Spectral Discrimination of Chiral Macrocyclic Paramagnetic Metal Complexes by NMR Techniques

The anionic lanthanide(III) complexes of the macrocyclic ligand 1,4,7,10-tetraazacyclododecane-N,N',N'',N'''-tetramethylenephosphonate (DOTP) are present in aqueous solution as a racemic mixture of two enantiomeric forms interconverting slowly on the NMR time scale. The metal chelates form diasteroisomeric complexes with the organic base N-methyl-D(-)-glucamine which, in the case of the Eu(III) derivative, have distinguishable ¹H, ¹³C and ³¹P NMR spectra The bonding interaction responsible for the spectral resolution has been studied as a function of pH, temperature and complex/substrate molar ratio.
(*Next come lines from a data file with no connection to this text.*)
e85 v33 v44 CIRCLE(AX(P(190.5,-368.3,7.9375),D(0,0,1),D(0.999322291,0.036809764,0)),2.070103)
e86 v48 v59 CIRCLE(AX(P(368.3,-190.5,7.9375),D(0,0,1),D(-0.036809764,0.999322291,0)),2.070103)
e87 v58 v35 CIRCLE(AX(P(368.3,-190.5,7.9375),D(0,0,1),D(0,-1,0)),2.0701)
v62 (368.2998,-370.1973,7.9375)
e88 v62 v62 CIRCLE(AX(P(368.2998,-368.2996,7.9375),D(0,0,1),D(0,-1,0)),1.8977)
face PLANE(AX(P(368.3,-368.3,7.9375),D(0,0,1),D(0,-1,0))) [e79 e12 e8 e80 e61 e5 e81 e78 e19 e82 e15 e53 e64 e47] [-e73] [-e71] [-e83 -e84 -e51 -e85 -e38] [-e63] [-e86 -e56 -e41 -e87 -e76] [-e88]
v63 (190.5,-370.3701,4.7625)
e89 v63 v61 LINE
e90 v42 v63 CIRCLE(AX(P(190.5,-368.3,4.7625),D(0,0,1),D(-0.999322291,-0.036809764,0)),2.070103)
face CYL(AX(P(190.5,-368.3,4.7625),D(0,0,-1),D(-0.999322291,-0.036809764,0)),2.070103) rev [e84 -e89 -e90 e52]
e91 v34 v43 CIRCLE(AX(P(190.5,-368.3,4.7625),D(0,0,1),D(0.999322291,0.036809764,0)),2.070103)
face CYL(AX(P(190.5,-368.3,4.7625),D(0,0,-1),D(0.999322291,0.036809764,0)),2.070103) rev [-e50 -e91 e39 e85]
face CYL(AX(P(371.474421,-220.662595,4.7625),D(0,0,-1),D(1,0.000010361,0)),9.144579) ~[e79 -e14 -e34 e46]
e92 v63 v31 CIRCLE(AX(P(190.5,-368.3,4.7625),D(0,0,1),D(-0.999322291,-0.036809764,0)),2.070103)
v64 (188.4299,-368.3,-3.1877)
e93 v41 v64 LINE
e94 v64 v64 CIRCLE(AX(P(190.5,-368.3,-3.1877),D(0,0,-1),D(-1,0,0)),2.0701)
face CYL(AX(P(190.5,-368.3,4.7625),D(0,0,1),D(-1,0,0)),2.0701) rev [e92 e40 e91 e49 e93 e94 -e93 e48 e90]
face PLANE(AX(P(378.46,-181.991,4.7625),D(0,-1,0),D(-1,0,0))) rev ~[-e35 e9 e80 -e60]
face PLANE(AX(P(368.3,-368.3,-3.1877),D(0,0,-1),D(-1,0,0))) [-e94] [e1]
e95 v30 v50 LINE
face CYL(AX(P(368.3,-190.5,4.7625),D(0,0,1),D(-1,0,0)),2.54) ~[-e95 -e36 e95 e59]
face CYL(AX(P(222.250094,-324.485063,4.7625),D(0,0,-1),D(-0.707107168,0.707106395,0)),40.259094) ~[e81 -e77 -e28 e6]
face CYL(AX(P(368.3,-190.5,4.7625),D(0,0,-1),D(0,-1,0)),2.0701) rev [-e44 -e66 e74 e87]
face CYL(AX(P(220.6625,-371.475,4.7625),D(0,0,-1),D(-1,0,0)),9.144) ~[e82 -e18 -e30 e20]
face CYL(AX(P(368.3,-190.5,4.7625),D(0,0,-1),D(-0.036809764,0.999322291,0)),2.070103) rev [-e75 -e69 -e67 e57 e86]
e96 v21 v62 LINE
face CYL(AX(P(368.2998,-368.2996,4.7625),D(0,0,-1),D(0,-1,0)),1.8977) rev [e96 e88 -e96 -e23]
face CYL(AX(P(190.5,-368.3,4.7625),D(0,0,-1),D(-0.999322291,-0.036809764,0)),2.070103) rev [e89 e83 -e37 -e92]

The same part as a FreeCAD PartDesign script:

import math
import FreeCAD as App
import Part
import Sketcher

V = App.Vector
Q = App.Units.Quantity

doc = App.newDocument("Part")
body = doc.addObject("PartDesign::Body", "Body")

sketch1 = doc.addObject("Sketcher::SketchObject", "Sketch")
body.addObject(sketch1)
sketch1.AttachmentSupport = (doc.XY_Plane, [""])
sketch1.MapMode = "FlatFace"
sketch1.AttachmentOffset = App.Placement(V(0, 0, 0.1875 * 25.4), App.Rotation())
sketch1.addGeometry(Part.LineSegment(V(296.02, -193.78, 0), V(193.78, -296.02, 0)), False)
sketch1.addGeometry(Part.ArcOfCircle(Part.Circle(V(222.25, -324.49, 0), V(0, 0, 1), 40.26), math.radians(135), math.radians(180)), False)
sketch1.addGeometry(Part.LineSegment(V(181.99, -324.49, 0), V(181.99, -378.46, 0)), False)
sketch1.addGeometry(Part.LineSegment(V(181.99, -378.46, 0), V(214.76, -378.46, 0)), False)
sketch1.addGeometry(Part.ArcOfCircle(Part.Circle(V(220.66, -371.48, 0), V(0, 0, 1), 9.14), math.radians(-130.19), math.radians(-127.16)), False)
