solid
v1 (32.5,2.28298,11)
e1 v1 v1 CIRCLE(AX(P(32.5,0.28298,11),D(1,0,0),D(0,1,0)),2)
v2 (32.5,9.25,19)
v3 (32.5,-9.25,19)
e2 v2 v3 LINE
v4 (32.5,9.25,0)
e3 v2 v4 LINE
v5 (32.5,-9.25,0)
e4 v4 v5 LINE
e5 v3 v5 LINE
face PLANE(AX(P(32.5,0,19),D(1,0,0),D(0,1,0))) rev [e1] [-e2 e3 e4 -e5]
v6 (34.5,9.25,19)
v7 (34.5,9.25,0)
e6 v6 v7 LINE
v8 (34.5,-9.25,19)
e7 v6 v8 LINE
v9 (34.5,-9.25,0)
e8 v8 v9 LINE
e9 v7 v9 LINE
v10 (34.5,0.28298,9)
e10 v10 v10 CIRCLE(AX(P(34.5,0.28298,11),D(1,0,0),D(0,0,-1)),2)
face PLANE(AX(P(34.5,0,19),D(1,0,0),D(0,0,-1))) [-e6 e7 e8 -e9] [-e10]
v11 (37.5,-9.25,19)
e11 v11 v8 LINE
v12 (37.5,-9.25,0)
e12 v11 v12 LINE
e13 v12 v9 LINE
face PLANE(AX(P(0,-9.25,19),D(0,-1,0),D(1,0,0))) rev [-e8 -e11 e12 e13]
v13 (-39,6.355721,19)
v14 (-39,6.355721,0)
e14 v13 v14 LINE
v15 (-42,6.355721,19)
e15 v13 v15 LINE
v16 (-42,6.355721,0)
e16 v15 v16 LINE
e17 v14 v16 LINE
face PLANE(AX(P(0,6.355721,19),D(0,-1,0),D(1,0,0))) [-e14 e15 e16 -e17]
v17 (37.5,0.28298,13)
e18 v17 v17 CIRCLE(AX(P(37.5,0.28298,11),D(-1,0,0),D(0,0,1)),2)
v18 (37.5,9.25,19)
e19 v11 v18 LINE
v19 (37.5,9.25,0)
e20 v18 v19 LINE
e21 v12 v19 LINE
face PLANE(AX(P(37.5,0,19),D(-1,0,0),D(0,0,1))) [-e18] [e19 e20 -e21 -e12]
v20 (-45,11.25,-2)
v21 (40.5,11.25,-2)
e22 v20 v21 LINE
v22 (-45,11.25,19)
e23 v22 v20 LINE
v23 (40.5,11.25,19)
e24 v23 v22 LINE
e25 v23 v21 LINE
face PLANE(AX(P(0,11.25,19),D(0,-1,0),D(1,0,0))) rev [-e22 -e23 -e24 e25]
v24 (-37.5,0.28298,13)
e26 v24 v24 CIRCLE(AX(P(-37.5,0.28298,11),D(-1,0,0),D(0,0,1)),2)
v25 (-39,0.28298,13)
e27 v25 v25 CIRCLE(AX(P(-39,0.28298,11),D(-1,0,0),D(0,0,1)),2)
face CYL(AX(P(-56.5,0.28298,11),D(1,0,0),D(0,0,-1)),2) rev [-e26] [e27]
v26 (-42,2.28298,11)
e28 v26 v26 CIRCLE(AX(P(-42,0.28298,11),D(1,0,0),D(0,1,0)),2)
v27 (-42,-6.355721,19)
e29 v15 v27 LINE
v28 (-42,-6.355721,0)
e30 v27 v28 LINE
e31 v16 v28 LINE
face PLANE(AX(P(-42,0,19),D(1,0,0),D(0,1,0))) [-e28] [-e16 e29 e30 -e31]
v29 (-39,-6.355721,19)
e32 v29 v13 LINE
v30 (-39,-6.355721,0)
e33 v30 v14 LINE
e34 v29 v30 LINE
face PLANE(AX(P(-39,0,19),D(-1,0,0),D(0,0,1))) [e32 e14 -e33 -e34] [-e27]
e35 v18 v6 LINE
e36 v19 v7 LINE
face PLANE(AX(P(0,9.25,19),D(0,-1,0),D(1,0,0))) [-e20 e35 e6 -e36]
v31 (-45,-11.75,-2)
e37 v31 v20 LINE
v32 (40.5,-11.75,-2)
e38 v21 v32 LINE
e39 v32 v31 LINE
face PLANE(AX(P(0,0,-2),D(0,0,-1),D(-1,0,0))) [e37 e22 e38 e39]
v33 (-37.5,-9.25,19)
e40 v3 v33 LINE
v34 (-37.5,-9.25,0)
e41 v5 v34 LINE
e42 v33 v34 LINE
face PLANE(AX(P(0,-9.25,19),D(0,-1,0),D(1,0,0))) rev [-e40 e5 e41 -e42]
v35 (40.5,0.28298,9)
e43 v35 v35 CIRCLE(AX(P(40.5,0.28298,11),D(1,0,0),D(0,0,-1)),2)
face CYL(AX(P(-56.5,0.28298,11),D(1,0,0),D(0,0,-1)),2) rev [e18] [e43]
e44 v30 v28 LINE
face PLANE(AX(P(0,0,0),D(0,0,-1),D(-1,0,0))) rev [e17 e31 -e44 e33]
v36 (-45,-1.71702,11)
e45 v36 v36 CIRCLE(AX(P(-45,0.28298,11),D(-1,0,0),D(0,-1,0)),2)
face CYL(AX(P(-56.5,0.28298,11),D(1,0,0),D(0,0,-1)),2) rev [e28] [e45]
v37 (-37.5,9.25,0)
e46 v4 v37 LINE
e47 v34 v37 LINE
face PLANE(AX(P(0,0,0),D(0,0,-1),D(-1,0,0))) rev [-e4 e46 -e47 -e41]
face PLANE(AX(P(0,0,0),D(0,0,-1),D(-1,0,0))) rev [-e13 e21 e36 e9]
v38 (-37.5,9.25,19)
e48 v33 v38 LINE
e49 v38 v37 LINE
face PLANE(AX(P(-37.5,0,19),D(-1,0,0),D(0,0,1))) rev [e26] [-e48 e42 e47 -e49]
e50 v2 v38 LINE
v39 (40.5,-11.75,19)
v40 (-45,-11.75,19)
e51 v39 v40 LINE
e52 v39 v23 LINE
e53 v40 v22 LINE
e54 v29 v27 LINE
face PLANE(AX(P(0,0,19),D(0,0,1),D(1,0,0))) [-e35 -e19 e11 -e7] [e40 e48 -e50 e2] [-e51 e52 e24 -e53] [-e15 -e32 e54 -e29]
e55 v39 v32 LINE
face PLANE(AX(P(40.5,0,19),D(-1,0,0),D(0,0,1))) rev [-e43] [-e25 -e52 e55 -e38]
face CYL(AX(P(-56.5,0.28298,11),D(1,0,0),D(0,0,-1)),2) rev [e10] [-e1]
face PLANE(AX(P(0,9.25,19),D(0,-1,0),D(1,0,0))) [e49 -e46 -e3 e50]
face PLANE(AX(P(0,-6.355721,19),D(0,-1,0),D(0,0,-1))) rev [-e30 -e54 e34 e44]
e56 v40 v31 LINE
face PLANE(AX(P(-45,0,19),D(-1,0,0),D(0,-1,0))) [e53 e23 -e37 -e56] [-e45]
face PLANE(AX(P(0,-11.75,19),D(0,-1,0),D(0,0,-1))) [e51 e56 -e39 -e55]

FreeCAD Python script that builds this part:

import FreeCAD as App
import Part
import Sketcher

V = App.Vector

doc = App.newDocument("Part")
body = doc.addObject("PartDesign::Body", "Body")

# Sketch on XY plane
sketch1 = doc.addObject("Sketcher::SketchObject", "Sketch")
body.addObject(sketch1)
sketch1.AttachmentSupport = (doc.XY_Plane, [""])
sketch1.MapMode = "FlatFace"
sketch1.addGeometry([
    Part.LineSegment(V(-45, 11.2, 0), V(-45, -11.8, 0)),  # 0
    Part.LineSegment(V(-45, -11.8, 0), V(40.5, -11.8, 0)),  # 1
    Part.LineSegment(V(40.5, -11.8, 0), V(40.5, 11.2, 0)),  # 2
    Part.LineSegment(V(40.5, 11.2, 0), V(-45, 11.2, 0)),  # 3
    Part.LineSegment(V(-39, -6.4, 0), V(-42, -6.4, 0)),  # 4
    Part.LineSegment(V(-42, -6.4, 0), V(-42, 6.4, 0)),  # 5
    Part.LineSegment(V(-42, 6.4, 0), V(-39, 6.4, 0)),  # 6
    Part.LineSegment(V(-39, 6.4, 0), V(-39, -6.4, 0)),  # 7
    Part.LineSegment(V(32.5, -9.2, 0), V(-37.5, -9.2, 0)),  # 8
    Part.LineSegment(V(-37.5, -9.2, 0), V(-37.5, 9.2, 0)),  # 9
    Part.LineSegment(V(-37.5, 9.2, 0), V(32.5, 9.2, 0)),  # 10
    Part.LineSegment(V(32.5, 9.2, 0), V(32.5, -9.2, 0)),  # 11
    Part.LineSegment(V(37.5, -9.2, 0), V(34.5, -9.2, 0)),  # 12
    Part.LineSegment(V(34.5, -9.2, 0), V(34.5, 9.2, 0)),  # 13
    Part.LineSegment(V(34.5, 9.2, 0), V(37.5, 9.2, 0)),  # 14
    Part.LineSegment(V(37.5, 9.2, 0), V(37.5, -9.2, 0)),  # 15
], False)
sketch1.addConstraint([
    Sketcher.Constraint("Coincident", 0, 2, 1, 1),
    Sketcher.Constraint("Coincident", 1, 2, 2, 1),
    Sketcher.Constraint("Coincident", 2, 2, 3, 1),
    Sketcher.Constraint("Coincident", 3, 2, 0, 1),
    Sketcher.Constraint("Coincident", 4, 2, 5, 1),
    Sketcher.Constraint("Coincident", 5, 2, 6, 1),
    Sketcher.Constraint("Coincident", 6, 2, 7, 1),
    Sketcher.Constraint("Coincident", 7, 2, 4, 1),
    Sketcher.Constraint("Coincident", 8, 2, 9, 1),
    Sketcher.Constraint("Coincident", 9, 2, 10, 1),
    Sketcher.Constraint("Coincident", 10, 2, 11, 1),
    Sketcher.Constraint("Coincident", 11, 2, 8, 1),
    Sketcher.Constraint("Coincident", 12, 2, 13, 1),
    Sketcher.Constraint("Coincident", 13, 2, 14, 1),
    Sketcher.Constraint("Coincident", 14, 2, 15, 1),
    Sketcher.Constraint("Coincident", 15, 2, 12, 1),
    Sketcher.Constraint("Vertical", 0),
    Sketcher.Constraint("Horizontal", 1),
    Sketcher.Constraint("Vertical", 2),
    Sketcher.Constraint("Horizontal", 3),
    Sketcher.Constraint("Horizontal", 4),
    Sketcher.Constraint("Vertical", 5),
    Sketcher.Constraint("Horizontal", 6),
    Sketcher.Constraint("Vertical", 7),
    Sketcher.Constraint("Horizontal", 8),
    Sketcher.Constraint("Vertical", 9),
    Sketcher.Constraint("Horizontal", 10),
    Sketcher.Constraint("Vertical", 11),
    Sketcher.Constraint("Horizontal", 12),
    Sketcher.Constraint("Vertical", 13),
    Sketcher.Constraint("Horizontal", 14),
    Sketcher.Constraint("Vertical", 15),
    Sketcher.Constraint("Symmetric", 8, 2, 14, 2, -1, 1),
    Sketcher.Constraint("Horizontal", 11, 2, 12, 2),
    Sketcher.Constraint("Horizontal", 10, 2, 13, 2),
    Sketcher.Constraint("Equal", 6, 12),
    Sketcher.Constraint("DistanceX", 4, 2, 4, 1, 3.0),
    Sketcher.Constraint("DistanceX", 8, 2, 8, 1, 70.0),
    Sketcher.Constraint("DistanceY", 0, 2, 0, 1, 23.0),
    Sketcher.Constraint("DistanceX", 1, 1, 1, 2, 85.5),
    Sketcher.Constraint("DistanceY", 9, 1, 9, 2, 18.5),
    Sketcher.Constraint("DistanceX", 0, 2, -1, 1, 45.0),
    Sketcher.Constraint("DistanceX", 4, 2, -1, 1, 42.0),
    Sketcher.Constraint("DistanceY", 9, 2, 3, 2, 2.0),
    Sketcher.Constraint("DistanceX", 10, 2, 2, 2, 8.0),
    Sketcher.Constraint("DistanceY", 5, 1, 5, 2, 12.711443),
    Sketcher.Constraint("DistanceY", 4, 2, -1, 1, 6.355721),
])
pad1 = doc.addObject("PartDesign::Pad", "Pad")
body.addObject(pad1)
pad1.Profile = sketch1
pad1.Length = 19

# Sketch on XY plane
sketch2 = doc.addObject("Sketcher::SketchObject", "Sketch001")
body.addObject(sketch2)
sketch2.AttachmentSupport = (doc.XY_Plane, [""])
sketch2.MapMode = "FlatFace"
sketch2.addGeometry([
    Part.LineSegment(V(40, 11, 0), V(40, -12, 0)),
    Part.LineSegment(V(40, -12, 0), V(-45, -12, 0)),
    Part.LineSegment(V(-45, -12, 0), V(-45, 11, 0)),
    Part.LineSegment(V(-45, 11, 0), V(40, 11, 0)),
], False)
sketch2.addConstraint([
    Sketcher.Constraint("Coincident", 0, 2, 1, 1),
    Sketcher.Constraint("Coincident", 1, 2, 2, 1),
    Sketcher.Constraint("Coincident", 2, 2, 3, 1),
    Sketcher.Constraint("Coincident", 3, 2, 0, 1),
    Sketcher.Constraint("Vertical", 0),
    Sketcher.Constraint("Horizontal", 1),
    Sketcher.Constraint("Vertical", 2),
    Sketcher.Constraint("Horizontal", 3),
    Sketcher.Constraint("DistanceY", 0, 2, 0, 1, 23.0),
    Sketcher.Constraint("DistanceX", 1, 2, 1, 1, 85.5),
    Sketcher.Constraint("DistanceX", 1, 2, -1, 1, 45.0),
    Sketcher.Constraint("DistanceY", 0, 2, -1, 1, 11.75),
])
pad2 = doc.addObject("PartDesign::Pad", "Pad001")
body.addObject(pad2)
pad2.Profile = sketch2
pad2.Length = 2
pad2.Reversed = True

# Sketch on YZ plane
sketch3 = doc.addObject("Sketcher::SketchObject", "Sketch002")
body.addObject(sketch3)
sketch3.AttachmentSupport = (doc.YZ_Plane, [""])
sketch3.MapMode = "FlatFace"
sketch3.AttachmentOffset = App.Placement(V(0, 0, 40.5), App.Rotation())
sketch3.addGeometry(Part.Circle(V(0.3, 11, 0), V(0, 0, 1), 2), False)
sketch3.addConstraint([
    Sketcher.Constraint("Diameter", 0, 4.0),
    Sketcher.Constraint("DistanceY", -1, 1, 0, 3, 11.0),
    Sketcher.Constraint("DistanceX", -1, 1, 0, 3, 0.28298),
])
pocket1 = doc.addObject("PartDesign::Pocket", "Pocket")
body.addObject(pocket1)
pocket1.Profile = sketch3
pocket1.Length = 97

doc.recompute()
Qualitative analysis of the Dy(TOTP)-induced shift and line broadening of the ¹³C resonance of N-methyl-D(-)-glucamine has suggested that the ion-pairing interaction involves bridging by the organic base between two uncoordinated oxygen atoms of two adjacent phosphonate groups of the metal complex. This bonding scheme combines electrostatic and hydrogen-bonding interactions and results in a marked stereoselectivity. The association equilibria were obtained by analysis of NMR titration data and by considering a 1:2 bonding model for the complex/substrate adduct.